■ **Material shown**:
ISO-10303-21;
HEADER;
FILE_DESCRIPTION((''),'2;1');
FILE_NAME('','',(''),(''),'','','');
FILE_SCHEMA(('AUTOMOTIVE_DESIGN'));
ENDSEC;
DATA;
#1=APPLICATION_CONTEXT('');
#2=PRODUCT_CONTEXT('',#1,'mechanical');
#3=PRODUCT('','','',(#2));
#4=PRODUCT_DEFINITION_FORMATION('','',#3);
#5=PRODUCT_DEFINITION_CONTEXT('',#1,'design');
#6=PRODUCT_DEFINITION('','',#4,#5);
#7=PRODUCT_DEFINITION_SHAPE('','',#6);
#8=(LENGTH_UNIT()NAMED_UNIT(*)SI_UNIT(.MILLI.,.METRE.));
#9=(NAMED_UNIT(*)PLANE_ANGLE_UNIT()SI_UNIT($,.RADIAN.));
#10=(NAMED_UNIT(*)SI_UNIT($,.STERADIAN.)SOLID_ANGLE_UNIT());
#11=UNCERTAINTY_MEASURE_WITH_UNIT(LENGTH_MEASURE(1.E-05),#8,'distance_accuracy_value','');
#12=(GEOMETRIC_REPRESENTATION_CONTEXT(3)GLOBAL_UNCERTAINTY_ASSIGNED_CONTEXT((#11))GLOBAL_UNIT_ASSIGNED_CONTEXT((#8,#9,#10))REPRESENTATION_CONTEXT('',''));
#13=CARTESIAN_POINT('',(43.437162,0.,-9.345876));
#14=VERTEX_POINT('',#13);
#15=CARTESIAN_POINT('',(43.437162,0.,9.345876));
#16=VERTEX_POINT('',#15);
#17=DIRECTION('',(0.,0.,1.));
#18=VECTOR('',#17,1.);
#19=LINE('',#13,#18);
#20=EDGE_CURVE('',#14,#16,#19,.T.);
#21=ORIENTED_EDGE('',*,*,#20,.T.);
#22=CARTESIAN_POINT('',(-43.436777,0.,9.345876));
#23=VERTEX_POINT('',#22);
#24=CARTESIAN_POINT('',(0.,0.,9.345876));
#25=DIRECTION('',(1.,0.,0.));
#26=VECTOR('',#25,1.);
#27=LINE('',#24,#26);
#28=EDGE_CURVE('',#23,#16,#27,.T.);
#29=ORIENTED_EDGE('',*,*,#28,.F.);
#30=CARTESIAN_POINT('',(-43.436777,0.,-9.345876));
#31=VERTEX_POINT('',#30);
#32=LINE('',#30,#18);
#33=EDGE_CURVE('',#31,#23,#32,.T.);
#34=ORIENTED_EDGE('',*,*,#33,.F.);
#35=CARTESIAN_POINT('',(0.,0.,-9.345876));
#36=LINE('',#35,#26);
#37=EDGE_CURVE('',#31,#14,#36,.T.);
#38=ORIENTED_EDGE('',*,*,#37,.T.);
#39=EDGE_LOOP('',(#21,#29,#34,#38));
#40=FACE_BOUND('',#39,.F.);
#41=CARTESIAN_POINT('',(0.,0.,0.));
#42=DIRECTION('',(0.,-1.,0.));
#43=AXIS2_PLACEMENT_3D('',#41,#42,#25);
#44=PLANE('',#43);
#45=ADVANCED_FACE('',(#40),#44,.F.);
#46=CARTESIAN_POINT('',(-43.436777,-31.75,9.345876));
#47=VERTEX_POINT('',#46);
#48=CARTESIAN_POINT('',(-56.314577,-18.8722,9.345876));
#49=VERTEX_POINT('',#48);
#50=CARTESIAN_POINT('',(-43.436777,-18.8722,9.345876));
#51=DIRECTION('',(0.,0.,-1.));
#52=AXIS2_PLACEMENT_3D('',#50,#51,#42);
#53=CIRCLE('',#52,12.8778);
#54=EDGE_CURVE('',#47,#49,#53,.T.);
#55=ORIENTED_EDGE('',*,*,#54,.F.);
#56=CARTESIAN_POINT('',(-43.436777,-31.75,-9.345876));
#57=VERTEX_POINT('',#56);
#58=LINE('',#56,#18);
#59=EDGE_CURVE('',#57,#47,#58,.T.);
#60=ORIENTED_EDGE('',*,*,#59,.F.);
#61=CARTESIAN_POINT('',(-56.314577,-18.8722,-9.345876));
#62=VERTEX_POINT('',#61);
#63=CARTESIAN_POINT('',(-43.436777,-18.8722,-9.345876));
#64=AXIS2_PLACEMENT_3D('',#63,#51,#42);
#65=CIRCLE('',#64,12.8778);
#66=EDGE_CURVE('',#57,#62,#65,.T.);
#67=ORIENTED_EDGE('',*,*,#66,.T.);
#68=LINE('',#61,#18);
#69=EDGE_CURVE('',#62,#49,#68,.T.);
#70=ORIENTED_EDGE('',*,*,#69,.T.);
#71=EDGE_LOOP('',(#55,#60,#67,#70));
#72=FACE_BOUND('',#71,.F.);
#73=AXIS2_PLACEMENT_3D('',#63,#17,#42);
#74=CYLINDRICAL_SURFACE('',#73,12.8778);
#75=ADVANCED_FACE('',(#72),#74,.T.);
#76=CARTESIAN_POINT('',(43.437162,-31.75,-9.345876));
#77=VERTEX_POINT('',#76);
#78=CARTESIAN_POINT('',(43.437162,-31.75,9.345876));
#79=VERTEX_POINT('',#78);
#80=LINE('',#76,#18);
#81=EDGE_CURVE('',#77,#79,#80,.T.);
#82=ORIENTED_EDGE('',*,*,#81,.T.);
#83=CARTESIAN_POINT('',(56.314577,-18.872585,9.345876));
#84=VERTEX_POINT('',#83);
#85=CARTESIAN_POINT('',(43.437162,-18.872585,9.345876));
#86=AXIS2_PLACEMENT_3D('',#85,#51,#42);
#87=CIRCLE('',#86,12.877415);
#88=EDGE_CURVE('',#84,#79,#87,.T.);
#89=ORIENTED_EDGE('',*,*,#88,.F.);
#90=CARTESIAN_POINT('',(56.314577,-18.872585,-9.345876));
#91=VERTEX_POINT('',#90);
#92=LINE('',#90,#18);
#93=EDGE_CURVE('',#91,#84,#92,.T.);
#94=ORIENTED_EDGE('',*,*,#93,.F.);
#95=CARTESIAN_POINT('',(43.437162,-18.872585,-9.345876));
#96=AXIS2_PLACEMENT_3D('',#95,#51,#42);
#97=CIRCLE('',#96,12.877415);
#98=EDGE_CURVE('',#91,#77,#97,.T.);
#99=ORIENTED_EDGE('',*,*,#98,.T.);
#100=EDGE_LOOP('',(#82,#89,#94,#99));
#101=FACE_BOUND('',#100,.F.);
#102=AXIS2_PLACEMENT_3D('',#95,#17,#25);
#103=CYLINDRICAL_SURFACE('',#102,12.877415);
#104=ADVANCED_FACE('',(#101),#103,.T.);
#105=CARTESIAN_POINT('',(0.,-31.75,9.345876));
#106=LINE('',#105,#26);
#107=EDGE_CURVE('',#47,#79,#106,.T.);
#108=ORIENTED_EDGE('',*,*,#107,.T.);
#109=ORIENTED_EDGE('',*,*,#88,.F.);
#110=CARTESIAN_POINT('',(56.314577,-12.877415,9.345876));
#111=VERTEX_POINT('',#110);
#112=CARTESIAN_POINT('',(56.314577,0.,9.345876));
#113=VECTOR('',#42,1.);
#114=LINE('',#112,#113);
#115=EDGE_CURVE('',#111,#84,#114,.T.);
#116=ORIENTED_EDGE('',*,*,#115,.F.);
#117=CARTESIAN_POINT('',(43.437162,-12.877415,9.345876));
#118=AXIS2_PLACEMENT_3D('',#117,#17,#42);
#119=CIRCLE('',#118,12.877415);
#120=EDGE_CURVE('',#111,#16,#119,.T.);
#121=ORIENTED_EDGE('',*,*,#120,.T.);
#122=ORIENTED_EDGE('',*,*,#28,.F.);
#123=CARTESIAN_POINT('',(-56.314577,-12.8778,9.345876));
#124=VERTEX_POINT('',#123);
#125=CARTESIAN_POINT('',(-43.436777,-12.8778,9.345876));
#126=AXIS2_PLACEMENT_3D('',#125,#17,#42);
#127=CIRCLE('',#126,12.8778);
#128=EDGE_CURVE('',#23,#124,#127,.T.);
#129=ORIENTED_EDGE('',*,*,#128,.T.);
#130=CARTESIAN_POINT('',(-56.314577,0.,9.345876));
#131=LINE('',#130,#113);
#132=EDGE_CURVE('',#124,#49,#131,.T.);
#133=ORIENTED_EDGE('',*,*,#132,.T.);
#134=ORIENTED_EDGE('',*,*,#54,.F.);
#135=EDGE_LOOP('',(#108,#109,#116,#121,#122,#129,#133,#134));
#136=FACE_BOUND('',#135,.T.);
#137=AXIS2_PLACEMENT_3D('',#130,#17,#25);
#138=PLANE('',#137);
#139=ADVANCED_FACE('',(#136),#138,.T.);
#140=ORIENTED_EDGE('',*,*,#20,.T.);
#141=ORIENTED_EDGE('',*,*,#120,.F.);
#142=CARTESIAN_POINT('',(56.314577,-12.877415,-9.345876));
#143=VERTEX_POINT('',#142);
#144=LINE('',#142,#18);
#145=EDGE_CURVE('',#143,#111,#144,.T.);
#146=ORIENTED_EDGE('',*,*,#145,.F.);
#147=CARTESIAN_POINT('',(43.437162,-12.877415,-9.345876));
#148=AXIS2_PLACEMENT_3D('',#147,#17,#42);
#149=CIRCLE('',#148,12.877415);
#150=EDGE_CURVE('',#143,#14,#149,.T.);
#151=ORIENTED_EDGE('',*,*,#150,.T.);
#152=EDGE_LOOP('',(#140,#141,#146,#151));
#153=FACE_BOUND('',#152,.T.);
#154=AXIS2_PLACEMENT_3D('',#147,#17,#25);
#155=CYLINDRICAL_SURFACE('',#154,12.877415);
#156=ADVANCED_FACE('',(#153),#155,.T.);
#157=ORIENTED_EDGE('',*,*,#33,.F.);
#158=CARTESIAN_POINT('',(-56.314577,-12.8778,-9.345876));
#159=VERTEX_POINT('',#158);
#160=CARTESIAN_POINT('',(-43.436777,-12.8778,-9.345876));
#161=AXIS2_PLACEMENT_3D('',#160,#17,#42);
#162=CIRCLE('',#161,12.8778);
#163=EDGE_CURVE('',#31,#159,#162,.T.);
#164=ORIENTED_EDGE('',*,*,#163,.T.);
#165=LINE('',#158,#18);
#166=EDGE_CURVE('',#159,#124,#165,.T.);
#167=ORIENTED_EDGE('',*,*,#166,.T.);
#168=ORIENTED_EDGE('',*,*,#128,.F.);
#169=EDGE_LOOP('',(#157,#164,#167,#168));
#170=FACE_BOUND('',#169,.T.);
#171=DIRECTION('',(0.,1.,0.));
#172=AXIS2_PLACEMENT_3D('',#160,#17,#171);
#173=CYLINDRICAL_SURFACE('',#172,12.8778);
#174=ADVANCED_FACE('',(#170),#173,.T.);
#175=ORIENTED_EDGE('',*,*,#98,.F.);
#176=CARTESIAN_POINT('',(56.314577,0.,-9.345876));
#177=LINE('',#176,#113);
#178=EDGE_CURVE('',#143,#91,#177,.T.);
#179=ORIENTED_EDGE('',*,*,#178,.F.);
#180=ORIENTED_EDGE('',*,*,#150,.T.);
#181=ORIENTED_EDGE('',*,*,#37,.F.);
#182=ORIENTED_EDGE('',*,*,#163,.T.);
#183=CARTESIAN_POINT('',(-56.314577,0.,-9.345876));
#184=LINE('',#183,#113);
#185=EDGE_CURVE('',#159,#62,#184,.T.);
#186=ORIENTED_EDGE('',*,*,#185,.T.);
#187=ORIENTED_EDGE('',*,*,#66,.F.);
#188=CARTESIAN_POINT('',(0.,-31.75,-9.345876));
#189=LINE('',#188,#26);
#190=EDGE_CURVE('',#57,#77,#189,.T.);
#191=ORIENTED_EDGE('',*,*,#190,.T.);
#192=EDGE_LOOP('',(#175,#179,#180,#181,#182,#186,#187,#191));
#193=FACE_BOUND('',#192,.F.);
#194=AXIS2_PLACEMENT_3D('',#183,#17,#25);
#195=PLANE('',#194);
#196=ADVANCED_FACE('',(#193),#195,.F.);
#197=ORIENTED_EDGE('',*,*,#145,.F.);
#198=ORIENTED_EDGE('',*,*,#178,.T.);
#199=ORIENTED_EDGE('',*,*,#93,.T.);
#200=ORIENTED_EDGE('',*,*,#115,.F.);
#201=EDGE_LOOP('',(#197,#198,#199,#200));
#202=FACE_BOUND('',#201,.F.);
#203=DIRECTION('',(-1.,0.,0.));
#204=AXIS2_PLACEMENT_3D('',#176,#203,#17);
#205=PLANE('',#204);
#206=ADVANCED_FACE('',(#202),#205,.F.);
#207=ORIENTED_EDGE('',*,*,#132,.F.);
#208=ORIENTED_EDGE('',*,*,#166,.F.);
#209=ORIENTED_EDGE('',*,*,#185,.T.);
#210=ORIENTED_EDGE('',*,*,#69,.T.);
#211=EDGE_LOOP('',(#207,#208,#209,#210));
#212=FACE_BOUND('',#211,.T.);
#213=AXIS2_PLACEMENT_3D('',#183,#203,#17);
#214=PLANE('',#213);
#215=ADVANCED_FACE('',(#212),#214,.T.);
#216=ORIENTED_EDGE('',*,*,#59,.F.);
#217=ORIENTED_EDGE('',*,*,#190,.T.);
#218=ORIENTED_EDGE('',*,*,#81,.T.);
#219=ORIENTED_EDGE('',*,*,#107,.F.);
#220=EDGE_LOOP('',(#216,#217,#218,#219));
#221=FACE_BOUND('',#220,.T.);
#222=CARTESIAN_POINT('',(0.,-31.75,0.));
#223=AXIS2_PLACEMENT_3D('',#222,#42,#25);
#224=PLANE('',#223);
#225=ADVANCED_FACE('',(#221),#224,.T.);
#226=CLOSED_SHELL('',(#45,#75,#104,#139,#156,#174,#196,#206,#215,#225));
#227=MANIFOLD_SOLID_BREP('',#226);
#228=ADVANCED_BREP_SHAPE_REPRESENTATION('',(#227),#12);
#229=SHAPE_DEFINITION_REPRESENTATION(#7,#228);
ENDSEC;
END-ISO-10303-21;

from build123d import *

# Parameters (mm, degrees)
F0_W     = 112.629154
F0_H     = 18.691752
F1_DEPTH = 31.75
F2_R     = 12.877415
F3_R     = 12.8778


with BuildPart() as f1:
    # F0 (on Front) → F1 (new body)
    with BuildSketch(Plane.XZ):
        Rectangle(F0_W, F0_H)
    extrude(amount=F1_DEPTH)

    # F2
    f2_edges = [f1.edges().sort_by_distance(p)[0] for p in [
        (56.314577, 0, 0),
        (56.314577, -31.75, 0),
    ]]
    fillet(f2_edges, radius=F2_R)

    # F3
    f3_edges = [f1.edges().sort_by_distance(p)[0] for p in [
        (-56.314577, 0, 0),
        (-56.314577, -31.75, 0),
    ]]
    fillet(f3_edges, radius=F3_R)


solid = f1.part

■ **Exercise aim**: If a line of the records contains the word "VECTOR", count it; give only the total.

■ **Expected answer**: 3